Data records
------------------------------

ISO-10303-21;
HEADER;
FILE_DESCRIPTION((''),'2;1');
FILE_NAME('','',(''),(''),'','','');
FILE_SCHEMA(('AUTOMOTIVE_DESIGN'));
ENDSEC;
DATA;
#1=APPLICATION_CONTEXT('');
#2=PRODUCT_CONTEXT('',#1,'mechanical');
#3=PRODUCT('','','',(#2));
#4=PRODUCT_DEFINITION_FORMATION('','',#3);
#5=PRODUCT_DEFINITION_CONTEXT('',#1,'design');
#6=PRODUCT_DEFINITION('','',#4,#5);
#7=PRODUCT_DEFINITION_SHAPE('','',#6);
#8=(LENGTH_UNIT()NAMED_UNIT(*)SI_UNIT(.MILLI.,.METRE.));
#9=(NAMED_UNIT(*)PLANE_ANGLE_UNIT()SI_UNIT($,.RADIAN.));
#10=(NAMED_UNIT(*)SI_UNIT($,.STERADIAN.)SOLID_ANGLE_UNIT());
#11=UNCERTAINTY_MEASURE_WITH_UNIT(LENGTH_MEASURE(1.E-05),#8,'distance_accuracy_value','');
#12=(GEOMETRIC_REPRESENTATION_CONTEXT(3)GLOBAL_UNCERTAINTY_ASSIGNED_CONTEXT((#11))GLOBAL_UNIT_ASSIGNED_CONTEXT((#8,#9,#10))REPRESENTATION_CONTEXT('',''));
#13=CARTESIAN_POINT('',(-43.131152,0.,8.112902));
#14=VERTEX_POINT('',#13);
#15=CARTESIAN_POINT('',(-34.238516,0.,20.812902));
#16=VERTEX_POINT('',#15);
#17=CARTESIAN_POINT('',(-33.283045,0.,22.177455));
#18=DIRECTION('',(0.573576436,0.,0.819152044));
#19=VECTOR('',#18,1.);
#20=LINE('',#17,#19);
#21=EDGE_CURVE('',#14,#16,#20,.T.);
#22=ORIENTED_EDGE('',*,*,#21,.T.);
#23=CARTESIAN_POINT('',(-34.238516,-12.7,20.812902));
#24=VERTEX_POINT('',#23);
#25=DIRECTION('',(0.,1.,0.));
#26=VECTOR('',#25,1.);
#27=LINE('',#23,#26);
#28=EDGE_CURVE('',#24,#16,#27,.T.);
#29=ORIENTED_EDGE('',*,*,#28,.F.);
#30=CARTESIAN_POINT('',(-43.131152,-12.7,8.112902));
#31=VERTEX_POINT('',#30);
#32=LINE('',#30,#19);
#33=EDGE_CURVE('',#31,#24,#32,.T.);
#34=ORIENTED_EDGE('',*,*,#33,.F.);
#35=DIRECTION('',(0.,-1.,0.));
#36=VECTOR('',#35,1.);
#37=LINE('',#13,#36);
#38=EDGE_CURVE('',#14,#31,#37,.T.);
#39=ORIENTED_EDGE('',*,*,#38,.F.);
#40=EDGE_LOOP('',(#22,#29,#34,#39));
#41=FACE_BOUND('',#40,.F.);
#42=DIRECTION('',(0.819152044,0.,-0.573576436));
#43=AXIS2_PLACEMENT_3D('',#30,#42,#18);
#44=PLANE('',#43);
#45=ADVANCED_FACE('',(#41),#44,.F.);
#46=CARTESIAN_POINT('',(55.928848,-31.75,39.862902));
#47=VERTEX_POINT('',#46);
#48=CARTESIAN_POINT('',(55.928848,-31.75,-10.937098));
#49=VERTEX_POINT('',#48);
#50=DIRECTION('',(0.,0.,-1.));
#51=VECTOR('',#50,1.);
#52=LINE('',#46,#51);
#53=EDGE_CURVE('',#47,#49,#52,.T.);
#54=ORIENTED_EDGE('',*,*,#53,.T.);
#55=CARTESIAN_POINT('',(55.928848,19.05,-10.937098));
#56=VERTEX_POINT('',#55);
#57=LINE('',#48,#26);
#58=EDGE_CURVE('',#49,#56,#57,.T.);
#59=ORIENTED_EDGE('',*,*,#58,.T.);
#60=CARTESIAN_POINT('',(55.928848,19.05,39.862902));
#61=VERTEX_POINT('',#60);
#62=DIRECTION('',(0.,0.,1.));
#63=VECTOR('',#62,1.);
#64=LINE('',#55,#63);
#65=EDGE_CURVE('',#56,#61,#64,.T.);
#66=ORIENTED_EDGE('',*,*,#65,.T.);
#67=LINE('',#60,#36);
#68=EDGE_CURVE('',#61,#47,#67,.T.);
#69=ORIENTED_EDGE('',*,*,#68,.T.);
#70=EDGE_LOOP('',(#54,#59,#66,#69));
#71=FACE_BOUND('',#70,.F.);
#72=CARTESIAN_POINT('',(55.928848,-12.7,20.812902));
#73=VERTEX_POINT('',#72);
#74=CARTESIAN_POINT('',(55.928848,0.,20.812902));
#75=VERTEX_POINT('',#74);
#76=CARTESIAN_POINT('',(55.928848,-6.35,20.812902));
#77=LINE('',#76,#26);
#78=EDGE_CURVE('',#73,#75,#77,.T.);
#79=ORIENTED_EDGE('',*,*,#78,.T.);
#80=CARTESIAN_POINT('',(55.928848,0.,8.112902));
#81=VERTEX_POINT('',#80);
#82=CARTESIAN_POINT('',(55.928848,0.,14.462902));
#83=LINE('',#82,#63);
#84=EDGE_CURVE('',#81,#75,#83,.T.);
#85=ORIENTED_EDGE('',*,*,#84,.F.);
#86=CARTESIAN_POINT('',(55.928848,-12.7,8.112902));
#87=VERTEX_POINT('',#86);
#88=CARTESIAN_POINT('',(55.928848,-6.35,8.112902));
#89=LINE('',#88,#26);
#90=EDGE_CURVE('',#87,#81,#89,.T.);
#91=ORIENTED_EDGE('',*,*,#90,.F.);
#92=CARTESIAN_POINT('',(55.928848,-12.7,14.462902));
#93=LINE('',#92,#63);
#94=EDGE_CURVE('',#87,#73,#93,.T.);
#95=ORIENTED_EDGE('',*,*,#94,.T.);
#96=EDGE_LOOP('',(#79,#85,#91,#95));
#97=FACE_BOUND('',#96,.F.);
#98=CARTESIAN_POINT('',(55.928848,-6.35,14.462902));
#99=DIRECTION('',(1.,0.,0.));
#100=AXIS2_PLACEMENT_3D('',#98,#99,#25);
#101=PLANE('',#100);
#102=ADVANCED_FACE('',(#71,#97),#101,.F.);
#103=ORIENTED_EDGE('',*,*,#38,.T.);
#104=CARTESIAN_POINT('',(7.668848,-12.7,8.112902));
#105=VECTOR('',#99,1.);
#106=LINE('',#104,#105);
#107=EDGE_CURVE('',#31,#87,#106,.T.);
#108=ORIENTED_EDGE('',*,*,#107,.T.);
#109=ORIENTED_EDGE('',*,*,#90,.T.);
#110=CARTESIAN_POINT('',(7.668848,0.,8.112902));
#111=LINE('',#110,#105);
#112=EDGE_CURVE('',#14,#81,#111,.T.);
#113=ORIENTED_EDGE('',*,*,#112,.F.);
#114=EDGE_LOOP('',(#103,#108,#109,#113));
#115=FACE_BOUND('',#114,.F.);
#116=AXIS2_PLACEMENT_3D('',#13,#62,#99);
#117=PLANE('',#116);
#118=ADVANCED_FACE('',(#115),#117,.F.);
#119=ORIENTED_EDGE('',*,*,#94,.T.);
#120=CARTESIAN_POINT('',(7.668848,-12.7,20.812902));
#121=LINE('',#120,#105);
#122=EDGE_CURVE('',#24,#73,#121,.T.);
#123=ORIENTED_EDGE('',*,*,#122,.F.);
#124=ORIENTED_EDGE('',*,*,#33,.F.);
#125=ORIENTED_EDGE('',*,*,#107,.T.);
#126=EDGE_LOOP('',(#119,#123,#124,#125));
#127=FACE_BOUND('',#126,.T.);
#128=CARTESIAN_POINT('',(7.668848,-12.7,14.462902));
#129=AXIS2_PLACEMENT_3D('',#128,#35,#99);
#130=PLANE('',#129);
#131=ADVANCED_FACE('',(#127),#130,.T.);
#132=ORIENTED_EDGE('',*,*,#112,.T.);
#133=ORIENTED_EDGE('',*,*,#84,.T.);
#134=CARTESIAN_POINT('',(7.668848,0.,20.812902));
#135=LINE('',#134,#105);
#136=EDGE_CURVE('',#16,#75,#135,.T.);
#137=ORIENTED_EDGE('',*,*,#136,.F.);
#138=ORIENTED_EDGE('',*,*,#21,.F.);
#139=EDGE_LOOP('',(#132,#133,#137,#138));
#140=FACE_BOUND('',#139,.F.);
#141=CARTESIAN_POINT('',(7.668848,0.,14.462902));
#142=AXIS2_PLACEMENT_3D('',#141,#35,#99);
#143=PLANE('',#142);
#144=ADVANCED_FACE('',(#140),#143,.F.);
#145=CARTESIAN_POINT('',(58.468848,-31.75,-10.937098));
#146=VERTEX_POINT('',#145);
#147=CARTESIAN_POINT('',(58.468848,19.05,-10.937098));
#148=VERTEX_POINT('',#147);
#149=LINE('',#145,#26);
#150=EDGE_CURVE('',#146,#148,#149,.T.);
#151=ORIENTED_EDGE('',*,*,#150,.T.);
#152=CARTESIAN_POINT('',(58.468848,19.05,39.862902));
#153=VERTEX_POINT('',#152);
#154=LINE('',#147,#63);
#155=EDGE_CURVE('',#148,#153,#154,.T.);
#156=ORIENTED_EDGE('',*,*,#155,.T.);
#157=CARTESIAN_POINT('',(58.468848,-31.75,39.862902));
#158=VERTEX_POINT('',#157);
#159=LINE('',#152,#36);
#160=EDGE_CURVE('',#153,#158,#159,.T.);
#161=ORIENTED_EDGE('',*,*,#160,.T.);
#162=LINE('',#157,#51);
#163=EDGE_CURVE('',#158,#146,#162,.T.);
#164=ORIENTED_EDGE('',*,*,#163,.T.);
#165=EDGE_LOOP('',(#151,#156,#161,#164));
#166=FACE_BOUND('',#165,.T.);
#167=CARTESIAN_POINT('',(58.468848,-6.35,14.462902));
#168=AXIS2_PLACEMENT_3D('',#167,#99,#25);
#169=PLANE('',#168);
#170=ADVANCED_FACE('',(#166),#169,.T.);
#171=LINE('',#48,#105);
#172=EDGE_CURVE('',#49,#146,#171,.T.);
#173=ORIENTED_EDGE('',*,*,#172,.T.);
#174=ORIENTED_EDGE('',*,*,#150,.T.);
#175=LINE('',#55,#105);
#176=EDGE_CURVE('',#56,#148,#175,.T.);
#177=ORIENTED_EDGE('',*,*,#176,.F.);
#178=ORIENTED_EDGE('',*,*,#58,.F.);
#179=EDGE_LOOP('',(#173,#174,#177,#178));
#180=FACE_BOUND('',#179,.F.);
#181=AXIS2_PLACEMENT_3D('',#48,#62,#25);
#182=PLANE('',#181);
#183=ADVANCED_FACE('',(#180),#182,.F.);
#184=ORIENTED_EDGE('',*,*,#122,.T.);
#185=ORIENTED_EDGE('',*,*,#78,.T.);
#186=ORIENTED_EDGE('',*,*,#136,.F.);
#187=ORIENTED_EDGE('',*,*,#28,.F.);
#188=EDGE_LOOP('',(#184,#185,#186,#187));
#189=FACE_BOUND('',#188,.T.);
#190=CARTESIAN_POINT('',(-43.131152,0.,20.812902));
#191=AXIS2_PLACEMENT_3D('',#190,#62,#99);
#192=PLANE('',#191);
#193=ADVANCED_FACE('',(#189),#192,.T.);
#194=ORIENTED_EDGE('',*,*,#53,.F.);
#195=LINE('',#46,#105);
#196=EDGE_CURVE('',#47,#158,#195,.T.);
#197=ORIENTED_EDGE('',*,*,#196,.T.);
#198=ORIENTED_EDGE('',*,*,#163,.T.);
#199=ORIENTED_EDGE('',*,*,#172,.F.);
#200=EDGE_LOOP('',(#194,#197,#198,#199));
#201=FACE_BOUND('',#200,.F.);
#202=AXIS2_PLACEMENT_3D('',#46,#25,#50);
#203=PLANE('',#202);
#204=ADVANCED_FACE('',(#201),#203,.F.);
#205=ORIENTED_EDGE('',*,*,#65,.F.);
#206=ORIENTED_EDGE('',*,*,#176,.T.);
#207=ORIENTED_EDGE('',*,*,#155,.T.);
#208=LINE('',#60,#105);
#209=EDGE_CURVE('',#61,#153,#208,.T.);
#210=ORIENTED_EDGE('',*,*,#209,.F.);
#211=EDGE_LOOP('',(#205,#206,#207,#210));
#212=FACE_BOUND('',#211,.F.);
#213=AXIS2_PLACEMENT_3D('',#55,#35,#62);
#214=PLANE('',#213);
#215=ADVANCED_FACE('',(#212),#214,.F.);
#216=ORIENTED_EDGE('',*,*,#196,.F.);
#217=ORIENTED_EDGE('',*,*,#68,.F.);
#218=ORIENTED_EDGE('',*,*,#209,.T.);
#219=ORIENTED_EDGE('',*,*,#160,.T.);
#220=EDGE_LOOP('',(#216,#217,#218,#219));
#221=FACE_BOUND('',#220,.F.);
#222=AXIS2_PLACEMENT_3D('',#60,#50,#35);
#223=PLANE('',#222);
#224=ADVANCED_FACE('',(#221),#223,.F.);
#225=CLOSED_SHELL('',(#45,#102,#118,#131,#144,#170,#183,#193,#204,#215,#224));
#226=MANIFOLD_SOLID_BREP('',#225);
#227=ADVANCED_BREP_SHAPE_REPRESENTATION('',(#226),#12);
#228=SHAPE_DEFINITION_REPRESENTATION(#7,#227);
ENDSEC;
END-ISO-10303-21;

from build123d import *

# Parameters (mm, degrees)
F0_W     = 101.6
F0_H     = 12.7
F1_DEPTH = 12.7
F3_DEPTH = 25.4
F4_W     = 12.7
F4_H     = 12.7
F5_DEPTH = 2.54
F7_DEPTH = 2.54


with BuildPart() as f1:
    # F0 (on Front) → F1 (new body)
    with BuildSketch(Plane.XZ):
        with Locations((7.6688484669, 14.4629018217)):
            Rectangle(F0_W, F0_H)
    extrude(amount=F1_DEPTH)

    # F2 (on face) → F3 (cut)
    with BuildSketch(Plane.XZ.offset(12.7)):
        Polygon((-43.1311515331, 20.8129018217), (-43.1311515331, 8.1129018217), (-34.2385157979, 20.8129018217), align=None)
    extrude(amount=-F3_DEPTH, mode=Mode.SUBTRACT)

    # F4 (on face) → F5 (cut)
    with BuildSketch(Plane.YZ.offset(58.4688484669)):
        with Locations((-6.35, 14.4629018217)):
            Rectangle(F4_W, F4_H)
    extrude(amount=-F5_DEPTH, mode=Mode.SUBTRACT)

    # F6 (on face) → F7 (join)
    with BuildSketch(Plane.YZ.offset(55.9288484669)):
        Polygon((-31.75, 39.8629018217), (-31.75, 20.8129018217), (-31.75, -10.9370981783), (19.05, -10.9370981783), (19.05, 39.8629018217), align=None)
    extrude(amount=F7_DEPTH)


solid = f1.part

------------------------------

Work request
Your answer must consist solely of the lines from the top of the entries above through the line containing "#20=LINE('',#17,#19);", copied exactly, both ends included.

Exercise answer
ISO-10303-21;
HEADER;
FILE_DESCRIPTION((''),'2;1');
FILE_NAME('','',(''),(''),'','','');
FILE_SCHEMA(('AUTOMOTIVE_DESIGN'));
ENDSEC;
DATA;
#1=APPLICATION_CONTEXT('');
#2=PRODUCT_CONTEXT('',#1,'mechanical');
#3=PRODUCT('','','',(#2));
#4=PRODUCT_DEFINITION_FORMATION('','',#3);
#5=PRODUCT_DEFINITION_CONTEXT('',#1,'design');
#6=PRODUCT_DEFINITION('','',#4,#5);
#7=PRODUCT_DEFINITION_SHAPE('','',#6);
#8=(LENGTH_UNIT()NAMED_UNIT(*)SI_UNIT(.MILLI.,.METRE.));
#9=(NAMED_UNIT(*)PLANE_ANGLE_UNIT()SI_UNIT($,.RADIAN.));
#10=(NAMED_UNIT(*)SI_UNIT($,.STERADIAN.)SOLID_ANGLE_UNIT());
#11=UNCERTAINTY_MEASURE_WITH_UNIT(LENGTH_MEASURE(1.E-05),#8,'distance_accuracy_value','');
#12=(GEOMETRIC_REPRESENTATION_CONTEXT(3)GLOBAL_UNCERTAINTY_ASSIGNED_CONTEXT((#11))GLOBAL_UNIT_ASSIGNED_CONTEXT((#8,#9,#10))REPRESENTATION_CONTEXT('',''));
#13=CARTESIAN_POINT('',(-43.131152,0.,8.112902));
#14=VERTEX_POINT('',#13);
#15=CARTESIAN_POINT('',(-34.238516,0.,20.812902));
#16=VERTEX_POINT('',#15);
#17=CARTESIAN_POINT('',(-33.283045,0.,22.177455));
#18=DIRECTION('',(0.573576436,0.,0.819152044));
#19=VECTOR('',#18,1.);
#20=LINE('',#17,#19);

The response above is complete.